What do the lines say, reproduced word for word, from the first of the entries below through the line bearing "e23 v22 v17 LINE"?

##### Material provided

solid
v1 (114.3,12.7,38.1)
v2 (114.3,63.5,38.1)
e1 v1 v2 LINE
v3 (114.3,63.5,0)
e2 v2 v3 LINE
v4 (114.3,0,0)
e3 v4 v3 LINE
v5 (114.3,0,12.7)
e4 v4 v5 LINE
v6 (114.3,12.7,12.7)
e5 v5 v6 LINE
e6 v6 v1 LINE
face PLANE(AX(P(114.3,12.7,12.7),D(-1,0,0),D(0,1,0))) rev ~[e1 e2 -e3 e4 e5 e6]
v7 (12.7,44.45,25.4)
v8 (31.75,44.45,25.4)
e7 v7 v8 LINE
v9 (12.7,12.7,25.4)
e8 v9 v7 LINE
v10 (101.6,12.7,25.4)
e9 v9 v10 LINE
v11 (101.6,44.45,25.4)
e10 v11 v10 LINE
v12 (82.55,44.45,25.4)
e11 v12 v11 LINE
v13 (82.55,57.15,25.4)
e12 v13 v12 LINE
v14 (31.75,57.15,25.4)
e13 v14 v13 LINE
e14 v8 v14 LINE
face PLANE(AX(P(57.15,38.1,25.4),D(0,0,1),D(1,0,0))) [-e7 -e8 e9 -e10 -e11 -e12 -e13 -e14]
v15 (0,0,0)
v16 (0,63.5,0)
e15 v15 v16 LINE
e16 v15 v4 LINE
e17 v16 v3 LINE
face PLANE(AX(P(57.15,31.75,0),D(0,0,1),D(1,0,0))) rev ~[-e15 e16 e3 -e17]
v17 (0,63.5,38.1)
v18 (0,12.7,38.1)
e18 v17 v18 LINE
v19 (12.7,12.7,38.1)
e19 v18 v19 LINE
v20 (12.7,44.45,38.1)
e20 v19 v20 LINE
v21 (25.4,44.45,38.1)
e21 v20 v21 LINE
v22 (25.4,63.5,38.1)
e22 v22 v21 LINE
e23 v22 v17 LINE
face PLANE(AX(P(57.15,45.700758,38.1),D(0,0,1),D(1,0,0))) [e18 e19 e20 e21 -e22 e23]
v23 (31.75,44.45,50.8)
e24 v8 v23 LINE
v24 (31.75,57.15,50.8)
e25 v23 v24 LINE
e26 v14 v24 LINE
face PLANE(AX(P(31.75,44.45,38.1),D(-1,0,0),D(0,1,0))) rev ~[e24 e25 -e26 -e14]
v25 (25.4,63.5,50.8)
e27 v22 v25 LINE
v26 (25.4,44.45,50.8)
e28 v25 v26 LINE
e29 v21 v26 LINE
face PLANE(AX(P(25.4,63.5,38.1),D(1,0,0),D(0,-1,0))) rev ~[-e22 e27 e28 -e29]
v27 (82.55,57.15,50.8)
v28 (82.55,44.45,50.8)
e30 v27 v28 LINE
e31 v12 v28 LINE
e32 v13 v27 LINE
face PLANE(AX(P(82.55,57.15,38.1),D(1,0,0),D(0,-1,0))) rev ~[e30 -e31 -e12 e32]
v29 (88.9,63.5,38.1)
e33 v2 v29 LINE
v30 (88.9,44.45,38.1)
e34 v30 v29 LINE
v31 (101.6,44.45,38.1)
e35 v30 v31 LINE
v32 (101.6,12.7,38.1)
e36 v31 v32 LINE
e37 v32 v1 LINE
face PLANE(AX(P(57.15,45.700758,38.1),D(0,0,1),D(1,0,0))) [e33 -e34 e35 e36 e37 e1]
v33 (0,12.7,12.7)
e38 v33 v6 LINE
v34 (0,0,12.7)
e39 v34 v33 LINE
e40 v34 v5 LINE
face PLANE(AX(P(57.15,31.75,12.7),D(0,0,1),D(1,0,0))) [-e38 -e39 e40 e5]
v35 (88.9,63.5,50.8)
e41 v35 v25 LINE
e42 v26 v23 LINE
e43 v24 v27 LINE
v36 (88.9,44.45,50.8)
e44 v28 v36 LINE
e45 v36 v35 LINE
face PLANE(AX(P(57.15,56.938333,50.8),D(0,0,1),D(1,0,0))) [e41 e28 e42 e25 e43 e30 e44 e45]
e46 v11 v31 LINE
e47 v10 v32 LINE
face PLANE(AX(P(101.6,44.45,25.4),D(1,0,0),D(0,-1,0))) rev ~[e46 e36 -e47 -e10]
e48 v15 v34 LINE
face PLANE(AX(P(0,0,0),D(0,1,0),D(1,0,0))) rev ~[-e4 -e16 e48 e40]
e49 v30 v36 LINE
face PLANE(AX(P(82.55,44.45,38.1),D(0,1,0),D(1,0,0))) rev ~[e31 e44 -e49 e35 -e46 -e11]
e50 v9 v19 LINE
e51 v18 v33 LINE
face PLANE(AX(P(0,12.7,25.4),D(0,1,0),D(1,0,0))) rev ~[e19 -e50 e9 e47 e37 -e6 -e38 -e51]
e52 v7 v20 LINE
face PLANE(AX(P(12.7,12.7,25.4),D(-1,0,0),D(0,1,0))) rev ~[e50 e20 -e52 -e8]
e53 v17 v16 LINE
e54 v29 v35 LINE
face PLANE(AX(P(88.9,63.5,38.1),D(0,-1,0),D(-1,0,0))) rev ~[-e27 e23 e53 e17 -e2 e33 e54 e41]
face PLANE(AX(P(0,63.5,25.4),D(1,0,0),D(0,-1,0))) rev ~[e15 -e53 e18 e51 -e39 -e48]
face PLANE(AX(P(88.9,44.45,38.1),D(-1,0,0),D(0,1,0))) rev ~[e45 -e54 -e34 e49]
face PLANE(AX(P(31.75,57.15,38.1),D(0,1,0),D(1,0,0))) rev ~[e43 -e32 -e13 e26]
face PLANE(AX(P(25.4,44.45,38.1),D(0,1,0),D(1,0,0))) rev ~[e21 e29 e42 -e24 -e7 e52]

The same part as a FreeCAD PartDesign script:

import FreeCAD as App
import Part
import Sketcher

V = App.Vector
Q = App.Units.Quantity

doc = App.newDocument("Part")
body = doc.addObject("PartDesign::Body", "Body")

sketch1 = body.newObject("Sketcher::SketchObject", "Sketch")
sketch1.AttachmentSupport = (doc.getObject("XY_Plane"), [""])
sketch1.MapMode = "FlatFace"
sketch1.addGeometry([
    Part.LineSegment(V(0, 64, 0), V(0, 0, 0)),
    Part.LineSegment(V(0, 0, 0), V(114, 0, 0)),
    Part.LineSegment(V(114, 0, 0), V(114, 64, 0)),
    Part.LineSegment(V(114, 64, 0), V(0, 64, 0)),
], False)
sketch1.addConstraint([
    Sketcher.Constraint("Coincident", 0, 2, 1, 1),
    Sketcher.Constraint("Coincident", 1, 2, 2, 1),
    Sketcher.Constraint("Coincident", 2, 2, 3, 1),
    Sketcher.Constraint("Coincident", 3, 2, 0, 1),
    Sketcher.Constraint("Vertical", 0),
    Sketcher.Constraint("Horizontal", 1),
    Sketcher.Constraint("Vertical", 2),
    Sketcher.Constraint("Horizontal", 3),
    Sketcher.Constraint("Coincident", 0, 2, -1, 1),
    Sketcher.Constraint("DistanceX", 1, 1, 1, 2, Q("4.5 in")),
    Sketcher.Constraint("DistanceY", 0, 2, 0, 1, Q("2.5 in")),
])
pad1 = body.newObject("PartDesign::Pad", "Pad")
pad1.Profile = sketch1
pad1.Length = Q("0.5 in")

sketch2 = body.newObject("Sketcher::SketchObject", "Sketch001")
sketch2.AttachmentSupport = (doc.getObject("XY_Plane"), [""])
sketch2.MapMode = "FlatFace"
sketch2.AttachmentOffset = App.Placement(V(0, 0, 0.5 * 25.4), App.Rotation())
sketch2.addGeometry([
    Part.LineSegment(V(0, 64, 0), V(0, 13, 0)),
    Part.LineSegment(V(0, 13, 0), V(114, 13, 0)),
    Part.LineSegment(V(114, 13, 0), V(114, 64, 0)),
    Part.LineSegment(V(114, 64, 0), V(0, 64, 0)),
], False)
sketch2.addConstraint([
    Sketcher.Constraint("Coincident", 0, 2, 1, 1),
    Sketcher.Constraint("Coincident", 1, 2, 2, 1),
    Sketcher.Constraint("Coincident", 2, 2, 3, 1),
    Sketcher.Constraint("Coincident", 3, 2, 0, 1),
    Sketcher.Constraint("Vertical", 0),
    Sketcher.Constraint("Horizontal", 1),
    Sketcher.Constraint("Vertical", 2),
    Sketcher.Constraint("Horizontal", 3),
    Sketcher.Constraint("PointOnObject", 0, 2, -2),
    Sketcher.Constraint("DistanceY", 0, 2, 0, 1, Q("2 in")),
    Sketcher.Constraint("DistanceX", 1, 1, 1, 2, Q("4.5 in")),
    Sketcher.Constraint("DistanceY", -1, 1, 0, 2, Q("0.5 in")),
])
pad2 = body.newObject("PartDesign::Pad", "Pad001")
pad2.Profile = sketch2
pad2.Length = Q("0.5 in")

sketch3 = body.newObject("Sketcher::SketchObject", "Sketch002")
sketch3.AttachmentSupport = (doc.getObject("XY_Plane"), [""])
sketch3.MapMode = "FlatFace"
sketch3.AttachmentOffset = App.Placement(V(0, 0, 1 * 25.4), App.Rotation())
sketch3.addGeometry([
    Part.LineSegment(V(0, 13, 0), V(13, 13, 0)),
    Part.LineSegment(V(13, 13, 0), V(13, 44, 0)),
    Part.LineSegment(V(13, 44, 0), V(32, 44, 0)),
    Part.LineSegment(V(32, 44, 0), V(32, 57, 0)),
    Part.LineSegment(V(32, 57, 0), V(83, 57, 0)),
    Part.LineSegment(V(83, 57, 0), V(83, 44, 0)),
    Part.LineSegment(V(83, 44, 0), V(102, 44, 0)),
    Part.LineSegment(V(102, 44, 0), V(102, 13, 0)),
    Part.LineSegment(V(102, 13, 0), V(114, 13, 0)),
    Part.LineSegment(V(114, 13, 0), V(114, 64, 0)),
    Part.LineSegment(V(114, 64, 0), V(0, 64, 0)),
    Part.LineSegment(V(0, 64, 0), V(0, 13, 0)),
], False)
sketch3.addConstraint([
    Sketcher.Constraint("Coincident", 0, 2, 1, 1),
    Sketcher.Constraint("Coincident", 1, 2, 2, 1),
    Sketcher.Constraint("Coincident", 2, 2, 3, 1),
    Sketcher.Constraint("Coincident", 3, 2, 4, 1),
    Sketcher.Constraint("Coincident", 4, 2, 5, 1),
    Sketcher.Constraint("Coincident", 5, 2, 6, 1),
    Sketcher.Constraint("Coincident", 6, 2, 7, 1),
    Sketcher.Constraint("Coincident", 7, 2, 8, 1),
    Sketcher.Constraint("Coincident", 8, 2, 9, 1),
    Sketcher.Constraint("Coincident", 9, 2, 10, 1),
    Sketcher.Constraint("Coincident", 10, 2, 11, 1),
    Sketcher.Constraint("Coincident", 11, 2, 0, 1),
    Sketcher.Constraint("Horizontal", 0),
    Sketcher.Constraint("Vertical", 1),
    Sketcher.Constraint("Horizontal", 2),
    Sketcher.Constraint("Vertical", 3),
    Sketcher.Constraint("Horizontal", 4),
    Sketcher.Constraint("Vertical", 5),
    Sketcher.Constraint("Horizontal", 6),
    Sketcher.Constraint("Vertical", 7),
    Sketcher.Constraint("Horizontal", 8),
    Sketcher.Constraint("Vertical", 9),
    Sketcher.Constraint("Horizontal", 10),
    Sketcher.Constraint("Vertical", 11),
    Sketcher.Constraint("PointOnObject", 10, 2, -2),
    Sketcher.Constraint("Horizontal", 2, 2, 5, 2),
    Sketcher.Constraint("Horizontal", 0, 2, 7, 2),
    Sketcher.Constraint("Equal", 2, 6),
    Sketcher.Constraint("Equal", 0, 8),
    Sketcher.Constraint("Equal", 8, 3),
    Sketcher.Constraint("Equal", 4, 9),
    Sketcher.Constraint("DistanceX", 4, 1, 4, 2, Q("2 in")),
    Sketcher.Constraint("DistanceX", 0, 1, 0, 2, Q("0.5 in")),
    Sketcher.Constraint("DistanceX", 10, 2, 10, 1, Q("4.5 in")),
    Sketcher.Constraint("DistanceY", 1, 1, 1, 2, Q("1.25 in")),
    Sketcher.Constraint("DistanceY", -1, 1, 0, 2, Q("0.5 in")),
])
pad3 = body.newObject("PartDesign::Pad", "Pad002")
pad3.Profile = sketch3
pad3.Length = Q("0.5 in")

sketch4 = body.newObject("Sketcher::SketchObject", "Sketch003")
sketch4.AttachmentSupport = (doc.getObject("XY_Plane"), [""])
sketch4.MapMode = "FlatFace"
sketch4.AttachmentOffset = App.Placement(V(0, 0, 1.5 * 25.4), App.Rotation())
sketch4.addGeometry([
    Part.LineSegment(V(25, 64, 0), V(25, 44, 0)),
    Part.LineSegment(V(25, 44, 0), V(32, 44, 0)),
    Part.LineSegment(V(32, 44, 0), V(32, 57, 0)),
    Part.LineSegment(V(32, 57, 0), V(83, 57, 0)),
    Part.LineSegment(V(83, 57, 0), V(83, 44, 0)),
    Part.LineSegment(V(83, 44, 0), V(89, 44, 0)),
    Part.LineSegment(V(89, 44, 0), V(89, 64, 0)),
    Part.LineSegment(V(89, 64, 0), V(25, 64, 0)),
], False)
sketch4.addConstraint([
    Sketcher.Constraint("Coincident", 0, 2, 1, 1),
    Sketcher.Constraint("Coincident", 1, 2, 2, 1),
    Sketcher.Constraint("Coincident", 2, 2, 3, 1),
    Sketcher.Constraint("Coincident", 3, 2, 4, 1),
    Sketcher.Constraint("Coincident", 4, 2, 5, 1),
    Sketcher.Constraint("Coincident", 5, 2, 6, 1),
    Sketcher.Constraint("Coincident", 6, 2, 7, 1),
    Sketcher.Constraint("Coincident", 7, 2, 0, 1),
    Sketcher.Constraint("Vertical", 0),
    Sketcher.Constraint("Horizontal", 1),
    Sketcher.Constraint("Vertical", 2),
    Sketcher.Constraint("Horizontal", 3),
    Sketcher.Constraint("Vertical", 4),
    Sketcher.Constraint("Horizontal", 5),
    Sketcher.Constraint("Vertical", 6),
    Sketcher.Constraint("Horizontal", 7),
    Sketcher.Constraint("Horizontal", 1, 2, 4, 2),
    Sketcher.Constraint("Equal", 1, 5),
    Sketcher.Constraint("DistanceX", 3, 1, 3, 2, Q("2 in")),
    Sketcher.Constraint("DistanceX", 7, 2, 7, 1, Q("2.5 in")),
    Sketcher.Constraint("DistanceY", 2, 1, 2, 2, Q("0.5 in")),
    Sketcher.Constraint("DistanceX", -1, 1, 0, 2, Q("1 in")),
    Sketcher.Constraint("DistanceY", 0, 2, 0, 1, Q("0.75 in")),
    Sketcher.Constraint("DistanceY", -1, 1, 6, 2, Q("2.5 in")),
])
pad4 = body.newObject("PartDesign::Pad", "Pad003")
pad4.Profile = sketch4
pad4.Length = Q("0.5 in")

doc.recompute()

##########

■ **Reply**:
solid
v1 (114.3,12.7,38.1)
v2 (114.3,63.5,38.1)
e1 v1 v2 LINE
v3 (114.3,63.5,0)
e2 v2 v3 LINE
v4 (114.3,0,0)
e3 v4 v3 LINE
v5 (114.3,0,12.7)
e4 v4 v5 LINE
v6 (114.3,12.7,12.7)
e5 v5 v6 LINE
e6 v6 v1 LINE
face PLANE(AX(P(114.3,12.7,12.7),D(-1,0,0),D(0,1,0))) rev ~[e1 e2 -e3 e4 e5 e6]
v7 (12.7,44.45,25.4)
v8 (31.75,44.45,25.4)
e7 v7 v8 LINE
v9 (12.7,12.7,25.4)
e8 v9 v7 LINE
v10 (101.6,12.7,25.4)
e9 v9 v10 LINE
v11 (101.6,44.45,25.4)
e10 v11 v10 LINE
v12 (82.55,44.45,25.4)
e11 v12 v11 LINE
v13 (82.55,57.15,25.4)
e12 v13 v12 LINE
v14 (31.75,57.15,25.4)
e13 v14 v13 LINE
e14 v8 v14 LINE
face PLANE(AX(P(57.15,38.1,25.4),D(0,0,1),D(1,0,0))) [-e7 -e8 e9 -e10 -e11 -e12 -e13 -e14]
v15 (0,0,0)
v16 (0,63.5,0)
e15 v15 v16 LINE
e16 v15 v4 LINE
e17 v16 v3 LINE
face PLANE(AX(P(57.15,31.75,0),D(0,0,1),D(1,0,0))) rev ~[-e15 e16 e3 -e17]
v17 (0,63.5,38.1)
v18 (0,12.7,38.1)
e18 v17 v18 LINE
v19 (12.7,12.7,38.1)
e19 v18 v19 LINE
v20 (12.7,44.45,38.1)
e20 v19 v20 LINE
v21 (25.4,44.45,38.1)
e21 v20 v21 LINE
v22 (25.4,63.5,38.1)
e22 v22 v21 LINE
e23 v22 v17 LINE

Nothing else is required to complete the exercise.